Armed with over 20 years of experience in various security roles, Stephen is an esteemed security practitioner, boasting expert level knowledge of operating system and network internals enabling him to architect, implement, support and manage a wide variety of security solutions. A strong believer in maximizing existing solutions and capabilities before seeking new technology solutions, Stephen uses all the tools at his disposal to help enterprise clients reduce business risk and improve their security posture.
His experience leading both operational and architectural security teams while securing and segregating industrial control networks in a sizeable oil and gas environment has given him a strong understanding of real-world security challenges. With many additional years of experience helping organizations assess and improve their security programs, Stephen understands the many ways in which an organization can be compromised and continues to work with clients to enhance their visibility, detect and respond to threats.
Stephen holds many cyber security certifications and is currently an educator in the field as a Certified SANS Instructor.
Hyma Pandyaram is an Identity management specialist at Nulli Secundus Inc., Calgary. As a professional consultant, she has been providing identity management solutions to various industry sectors in Canada and the US. She serves as a director on the board of (ISC)2 Alberta chapter and chairs their education, training and certification committee. She also leads the chapter’s Safe and Secure Online program. She has conducted numerous Cyber Safety presentations at schools, senior centres and non-profit organizations.

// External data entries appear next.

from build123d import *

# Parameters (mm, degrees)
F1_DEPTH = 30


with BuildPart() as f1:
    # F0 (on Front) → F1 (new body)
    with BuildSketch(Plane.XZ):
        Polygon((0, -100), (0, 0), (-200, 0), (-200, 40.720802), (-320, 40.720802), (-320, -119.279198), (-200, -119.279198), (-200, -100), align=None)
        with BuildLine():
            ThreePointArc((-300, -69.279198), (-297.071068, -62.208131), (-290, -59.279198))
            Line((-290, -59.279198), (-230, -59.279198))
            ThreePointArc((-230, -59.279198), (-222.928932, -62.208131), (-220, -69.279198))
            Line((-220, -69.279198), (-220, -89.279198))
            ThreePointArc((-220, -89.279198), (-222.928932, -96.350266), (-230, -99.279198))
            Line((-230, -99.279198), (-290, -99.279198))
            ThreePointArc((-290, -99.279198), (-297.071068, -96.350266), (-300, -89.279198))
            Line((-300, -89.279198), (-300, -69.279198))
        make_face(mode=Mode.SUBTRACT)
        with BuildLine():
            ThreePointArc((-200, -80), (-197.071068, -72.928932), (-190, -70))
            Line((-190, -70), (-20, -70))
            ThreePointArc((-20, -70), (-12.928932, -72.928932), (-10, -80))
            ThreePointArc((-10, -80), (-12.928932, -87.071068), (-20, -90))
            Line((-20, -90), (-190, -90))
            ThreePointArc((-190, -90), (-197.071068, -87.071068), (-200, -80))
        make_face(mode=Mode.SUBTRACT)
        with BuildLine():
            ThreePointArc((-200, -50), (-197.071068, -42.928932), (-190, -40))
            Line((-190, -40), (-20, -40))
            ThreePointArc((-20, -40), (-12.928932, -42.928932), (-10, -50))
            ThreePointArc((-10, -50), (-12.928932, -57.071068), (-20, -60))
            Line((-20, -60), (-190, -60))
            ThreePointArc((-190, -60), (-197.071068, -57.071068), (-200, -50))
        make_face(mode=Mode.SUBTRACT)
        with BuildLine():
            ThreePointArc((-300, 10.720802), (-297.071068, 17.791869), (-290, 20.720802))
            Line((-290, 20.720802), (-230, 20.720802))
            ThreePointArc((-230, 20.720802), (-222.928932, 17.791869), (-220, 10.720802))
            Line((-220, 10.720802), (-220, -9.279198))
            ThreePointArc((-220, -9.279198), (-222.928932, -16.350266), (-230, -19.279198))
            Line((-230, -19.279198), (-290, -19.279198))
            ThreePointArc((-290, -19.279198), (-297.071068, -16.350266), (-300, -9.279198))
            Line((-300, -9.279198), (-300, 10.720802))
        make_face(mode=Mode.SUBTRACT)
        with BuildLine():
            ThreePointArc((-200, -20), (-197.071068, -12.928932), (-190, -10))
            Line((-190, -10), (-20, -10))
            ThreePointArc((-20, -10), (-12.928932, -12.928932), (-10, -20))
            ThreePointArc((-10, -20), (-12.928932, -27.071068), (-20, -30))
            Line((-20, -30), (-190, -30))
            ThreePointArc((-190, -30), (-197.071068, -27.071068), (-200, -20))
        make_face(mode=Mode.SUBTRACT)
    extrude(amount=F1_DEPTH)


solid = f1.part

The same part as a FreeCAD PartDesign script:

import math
import FreeCAD as App
import Part
import Sketcher


def add_polygon(sketch, points):
    """Adds a closed chain of lines whose ends are joined by coincident constraints."""
    first, n = sketch.GeometryCount, len(points)
    for a, b in zip(points, points[1:] + points[:1]):
        sketch.addGeometry(Part.LineSegment(App.Vector(*a, 0), App.Vector(*b, 0)), False)
    for i in range(n):
        sketch.addConstraint(Sketcher.Constraint("Coincident", first + i, 2, first + (i + 1) % n, 1))

doc = App.newDocument("Part")
body = doc.addObject("PartDesign::Body", "Body")

sketch1 = body.newObject("Sketcher::SketchObject", "Sketch")
sketch1.AttachmentSupport = (doc.getObject("XZ_Plane"), [""])
sketch1.MapMode = "FlatFace"
add_polygon(sketch1, [(0, -100), (0, 0), (-200, 0), (-200, 40.720802), (-320, 40.720802), (-320, -119.279198), (-200, -119.279198), (-200, -100)])
sketch1.addGeometry(Part.LineSegment(App.Vector(-300, -89.279198, 0), App.Vector(-300, -69.279198, 0)), False)
sketch1.addGeometry(Part.ArcOfCircle(Part.Circle(App.Vector(-289.999999, -69.279199, 0), App.Vector(0, 0, 1), 10.000001), math.radians(90.000006), math.radians(179.999994)), False)
sketch1.addGeometry(Part.LineSegment(App.Vector(-290, -59.279198, 0), App.Vector(-230, -59.279198, 0)), False)
sketch1.addGeometry(Part.ArcOfCircle(Part.Circle(App.Vector(-230.000001, -69.279199, 0), App.Vector(0, 0, 1), 10.000001), math.radians(0.000006), math.radians(89.999994)), False)
sketch1.addGeometry(Part.LineSegment(App.Vector(-220, -69.279198, 0), App.Vector(-220, -89.279198, 0)), False)
sketch1.addGeometry(Part.ArcOfCircle(Part.Circle(App.Vector(-229.999999, -89.279199, 0), App.Vector(0, 0, 1), 9.999999), math.radians(-90.000004), math.radians(0.000004)), False)
sketch1.addGeometry(Part.LineSegment(App.Vector(-230, -99.279198, 0), App.Vector(-290, -99.279198, 0)), False)
sketch1.addGeometry(Part.ArcOfCircle(Part.Circle(App.Vector(-290.000001, -89.279199, 0), App.Vector(0, 0, 1), 9.999999), math.radians(179.999996), math.radians(270.000004)), False)
sketch1.addGeometry(Part.ArcOfCircle(Part.Circle(App.Vector(-190.000001, -80.000001, 0), App.Vector(0, 0, 1), 9.999999), math.radians(179.999996), math.radians(270.000004)), False)
sketch1.addGeometry(Part.ArcOfCircle(Part.Circle(App.Vector(-190.000001, -79.999999, 0), App.Vector(0, 0, 1), 9.999999), math.radians(89.999996), math.radians(180.000004)), False)
sketch1.addGeometry(Part.LineSegment(App.Vector(-190, -70, 0), App.Vector(-20, -70, 0)), False)
sketch1.addGeometry(Part.ArcOfCircle(Part.Circle(App.Vector(-19.999999, -79.999999, 0), App.Vector(0, 0, 1), 9.999999), math.radians(-0.000004), math.radians(90.000004)), False)
sketch1.addGeometry(Part.ArcOfCircle(Part.Circle(App.Vector(-19.999999, -80.000001, 0), App.Vector(0, 0, 1), 9.999999), math.radians(-90.000004), math.radians(0.000004)), False)
sketch1.addGeometry(Part.LineSegment(App.Vector(-20, -90, 0), App.Vector(-190, -90, 0)), False)
sketch1.addGeometry(Part.ArcOfCircle(Part.Circle(App.Vector(-190.000001, -50.000001, 0), App.Vector(0, 0, 1), 9.999999), math.radians(179.999996), math.radians(270.000004)), False)
sketch1.addGeometry(Part.ArcOfCircle(Part.Circle(App.Vector(-190.000001, -49.999999, 0), App.Vector(0, 0, 1), 9.999999), math.radians(89.999996), math.radians(180.000004)), False)
sketch1.addGeometry(Part.LineSegment(App.Vector(-190, -40, 0), App.Vector(-20, -40, 0)), False)
sketch1.addGeometry(Part.ArcOfCircle(Part.Circle(App.Vector(-19.999999, -49.999999, 0), App.Vector(0, 0, 1), 9.999999), math.radians(-0.000004), math.radians(90.000004)), False)
sketch1.addGeometry(Part.ArcOfCircle(Part.Circle(App.Vector(-19.999999, -50.000001, 0), App.Vector(0, 0, 1), 9.999999), math.radians(-90.000004), math.radians(0.000004)), False)
sketch1.addGeometry(Part.LineSegment(App.Vector(-20, -60, 0), App.Vector(-190, -60, 0)), False)
sketch1.addGeometry(Part.LineSegment(App.Vector(-300, -9.279198, 0), App.Vector(-300, 10.720802, 0)), False)
sketch1.addGeometry(Part.ArcOfCircle(Part.Circle(App.Vector(-289.999999, 10.720801, 0), App.Vector(0, 0, 1), 10.000001), math.radians(90.000006), math.radians(179.999994)), False)
sketch1.addGeometry(Part.LineSegment(App.Vector(-290, 20.720802, 0), App.Vector(-230, 20.720802, 0)), False)
sketch1.addGeometry(Part.ArcOfCircle(Part.Circle(App.Vector(-230.000001, 10.720801, 0), App.Vector(0, 0, 1), 10.000001), math.radians(0.000006), math.radians(89.999994)), False)
sketch1.addGeometry(Part.LineSegment(App.Vector(-220, 10.720802, 0), App.Vector(-220, -9.279198, 0)), False)
sketch1.addGeometry(Part.ArcOfCircle(Part.Circle(App.Vector(-229.999999, -9.279199, 0), App.Vector(0, 0, 1), 9.999999), math.radians(-90.000004), math.radians(0.000004)), False)
sketch1.addGeometry(Part.LineSegment(App.Vector(-230, -19.279198, 0), App.Vector(-290, -19.279198, 0)), False)
sketch1.addGeometry(Part.ArcOfCircle(Part.Circle(App.Vector(-290.000001, -9.279199, 0), App.Vector(0, 0, 1), 9.999999), math.radians(179.999996), math.radians(270.000004)), False)
sketch1.addGeometry(Part.ArcOfCircle(Part.Circle(App.Vector(-190.000001, -20.000001, 0), App.Vector(0, 0, 1), 9.999999), math.radians(179.999996), math.radians(270.000004)), False)
sketch1.addGeometry(Part.ArcOfCircle(Part.Circle(App.Vector(-190.000001, -19.999999, 0), App.Vector(0, 0, 1), 9.999999), math.radians(89.999996), math.radians(180.000004)), False)
sketch1.addGeometry(Part.LineSegment(App.Vector(-190, -10, 0), App.Vector(-20, -10, 0)), False)
sketch1.addGeometry(Part.ArcOfCircle(Part.Circle(App.Vector(-19.999999, -19.999999, 0), App.Vector(0, 0, 1), 9.999999), math.radians(-0.000004), math.radians(90.000004)), False)
sketch1.addGeometry(Part.ArcOfCircle(Part.Circle(App.Vector(-19.999999, -20.000001, 0), App.Vector(0, 0, 1), 9.999999), math.radians(-90.000004), math.radians(0.000004)), False)
sketch1.addGeometry(Part.LineSegment(App.Vector(-20, -30, 0), App.Vector(-190, -30, 0)), False)
sketch1.addConstraint([
    Sketcher.Constraint("Tangent", 8, 2, 9, 2),
    Sketcher.Constraint("Tangent", 9, 1, 10, 1),
    Sketcher.Constraint("Tangent", 10, 2, 11, 2),
    Sketcher.Constraint("Tangent", 11, 1, 12, 1),
    Sketcher.Constraint("Tangent", 12, 2, 13, 2),
    Sketcher.Constraint("Tangent", 13, 1, 14, 1),
    Sketcher.Constraint("Tangent", 14, 2, 15, 2),
    Sketcher.Constraint("Tangent", 15, 1, 8, 1),
    Sketcher.Constraint("Tangent", 16, 1, 17, 2),
    Sketcher.Constraint("Tangent", 17, 1, 18, 1),
    Sketcher.Constraint("Tangent", 18, 2, 19, 2),
    Sketcher.Constraint("Tangent", 19, 1, 20, 2),
    Sketcher.Constraint("Tangent", 20, 1, 21, 1),
    Sketcher.Constraint("Tangent", 21, 2, 16, 2),
    Sketcher.Constraint("Tangent", 22, 1, 23, 2),
    Sketcher.Constraint("Tangent", 23, 1, 24, 1),
    Sketcher.Constraint("Tangent", 24, 2, 25, 2),
    Sketcher.Constraint("Tangent", 25, 1, 26, 2),
    Sketcher.Constraint("Tangent", 26, 1, 27, 1),
    Sketcher.Constraint("Tangent", 27, 2, 22, 2),
    Sketcher.Constraint("Tangent", 28, 2, 29, 2),
    Sketcher.Constraint("Tangent", 29, 1, 30, 1),
    Sketcher.Constraint("Tangent", 30, 2, 31, 2),
    Sketcher.Constraint("Tangent", 31, 1, 32, 1),
    Sketcher.Constraint("Tangent", 32, 2, 33, 2),
    Sketcher.Constraint("Tangent", 33, 1, 34, 1),
    Sketcher.Constraint("Tangent", 34, 2, 35, 2),
    Sketcher.Constraint("Tangent", 35, 1, 28, 1),
    Sketcher.Constraint("Tangent", 36, 1, 37, 2),
    Sketcher.Constraint("Tangent", 37, 1, 38, 1),
    Sketcher.Constraint("Tangent", 38, 2, 39, 2),
    Sketcher.Constraint("Tangent", 39, 1, 40, 2),
    Sketcher.Constraint("Tangent", 40, 1, 41, 1),
    Sketcher.Constraint("Tangent", 41, 2, 36, 2),
    Sketcher.Constraint("Vertical", 0),
    Sketcher.Constraint("Horizontal", 1),
    Sketcher.Constraint("Vertical", 2),
    Sketcher.Constraint("Horizontal", 3),
    Sketcher.Constraint("Vertical", 4),
    Sketcher.Constraint("Horizontal", 5),
    Sketcher.Constraint("Vertical", 6),
    Sketcher.Constraint("Horizontal", 7),
    Sketcher.Constraint("Vertical", 8),
    Sketcher.Constraint("Horizontal", 10),
    Sketcher.Constraint("Vertical", 12),
    Sketcher.Constraint("Horizontal", 14),
    Sketcher.Constraint("Horizontal", 18),
    Sketcher.Constraint("Horizontal", 21),
    Sketcher.Constraint("Horizontal", 24),
    Sketcher.Constraint("Horizontal", 27),
    Sketcher.Constraint("Vertical", 28),
    Sketcher.Constraint("Horizontal", 30),
    Sketcher.Constraint("Vertical", 32),
    Sketcher.Constraint("Horizontal", 34),
    Sketcher.Constraint("Horizontal", 38),
    Sketcher.Constraint("Horizontal", 41),
    Sketcher.Constraint("Coincident", 0, 2, -1, 1),
    Sketcher.Constraint("Equal", 9, 11),
    Sketcher.Constraint("Equal", 11, 13),
    Sketcher.Constraint("Equal", 13, 15),
    Sketcher.Constraint("Equal", 15, 16),
    Sketcher.Constraint("Equal", 16, 17),
    Sketcher.Constraint("Equal", 17, 19),
    Sketcher.Constraint("Equal", 20, 22),
    Sketcher.Constraint("Equal", 22, 23),
    Sketcher.Constraint("Equal", 23, 25),
    Sketcher.Constraint("Equal", 26, 29),
    Sketcher.Constraint("Equal", 29, 31),
    Sketcher.Constraint("Equal", 31, 33),
    Sketcher.Constraint("Equal", 33, 35),
    Sketcher.Constraint("Equal", 35, 36),
    Sketcher.Constraint("Equal", 36, 37),
    Sketcher.Constraint("Equal", 37, 39),
    Sketcher.Constraint("Horizontal", 20, 3, 16, 1),
    Sketcher.Constraint("Horizontal", 16, 1, 19, 1),
    Sketcher.Constraint("Horizontal", 26, 3, 22, 1),
    Sketcher.Constraint("Horizontal", 22, 1, 25, 1),
    Sketcher.Constraint("Horizontal", 40, 3, 36, 1),
    Sketcher.Constraint("Horizontal", 36, 1, 39, 1),
    Sketcher.Constraint("Vertical", 17, 3, 22, 3),
    Sketcher.Constraint("Vertical", 20, 3, 25, 3),
    Sketcher.Constraint("Vertical", 15, 3, 29, 3),
    Sketcher.Constraint("Vertical", 13, 3, 31, 3),
    Sketcher.Constraint("Vertical", 23, 3, 36, 3),
    Sketcher.Constraint("Vertical", 26, 3, 39, 3),
    Sketcher.Constraint("Vertical", 2, 2, 5, 2),
    Sketcher.Constraint("Vertical", 6, 2, 16, 1),
    Sketcher.Constraint("Equal", 12, 28),
    Sketcher.Constraint("Radius", 9, 10.000001),
    Sketcher.Constraint("DistanceX", 1, 2, 1, 1, 200.0),
    Sketcher.Constraint("DistanceX", 3, 2, 3, 1, 120.0),
    Sketcher.Constraint("DistanceX", 10, 1, 10, 2, 60.0),
    Sketcher.Constraint("DistanceX", 18, 1, 18, 2, 170.0),
    Sketcher.Constraint("DistanceY", 0, 1, 0, 2, 100.0),
    Sketcher.Constraint("DistanceY", 4, 2, 4, 1, 160.0),
    Sketcher.Constraint("DistanceY", 8, 1, 8, 2, 20.0),
    Sketcher.Constraint("DistanceX", 9, 3, -1, 1, 289.999999),
    Sketcher.Constraint("DistanceY", 16, 3, -1, 1, 80.000001),
    Sketcher.Constraint("DistanceY", 22, 3, -1, 1, 50.000001),
    Sketcher.Constraint("DistanceY", 36, 3, -1, 1, 20.000001),
    Sketcher.Constraint("DistanceY", 9, 3, -1, 1, 69.279199),
    Sketcher.Constraint("DistanceY", -1, 1, 29, 3, 10.720801),
    Sketcher.Constraint("DistanceY", 2, 1, 2, 2, 40.720802),
])
pad1 = body.newObject("PartDesign::Pad", "Pad")
pad1.Profile = sketch1
pad1.Length = 30

doc.recompute()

For her efforts to promote Cyber Safety, she was recognized by (ISC)2 with their Global Achievement Award. She has a bachelor’s degree in engineering and is a CISSP.
Crane Hassold is the Director of Threat Intelligence at Abnormal Security, where he leads an intelligence team responsible for researching enterprise-focused phishing threats. Prior to moving to the private sector in 2015, Crane served as an Analyst at the FBI for more than 11 years, spending most of his career in the Behavioral Analysis Units, providing support to intelligence community and law enforcement partners against national security adversaries and serial criminals. In 2012, Crane helped create the FBI’s Cyber Behavioral Analysis Center, which takes an asymmetric approach to examining cyber threats by combining the traditional behavioral concepts used for decades in the violent crime world with technical expertise to gain a holistic understanding of threat actor TTPs.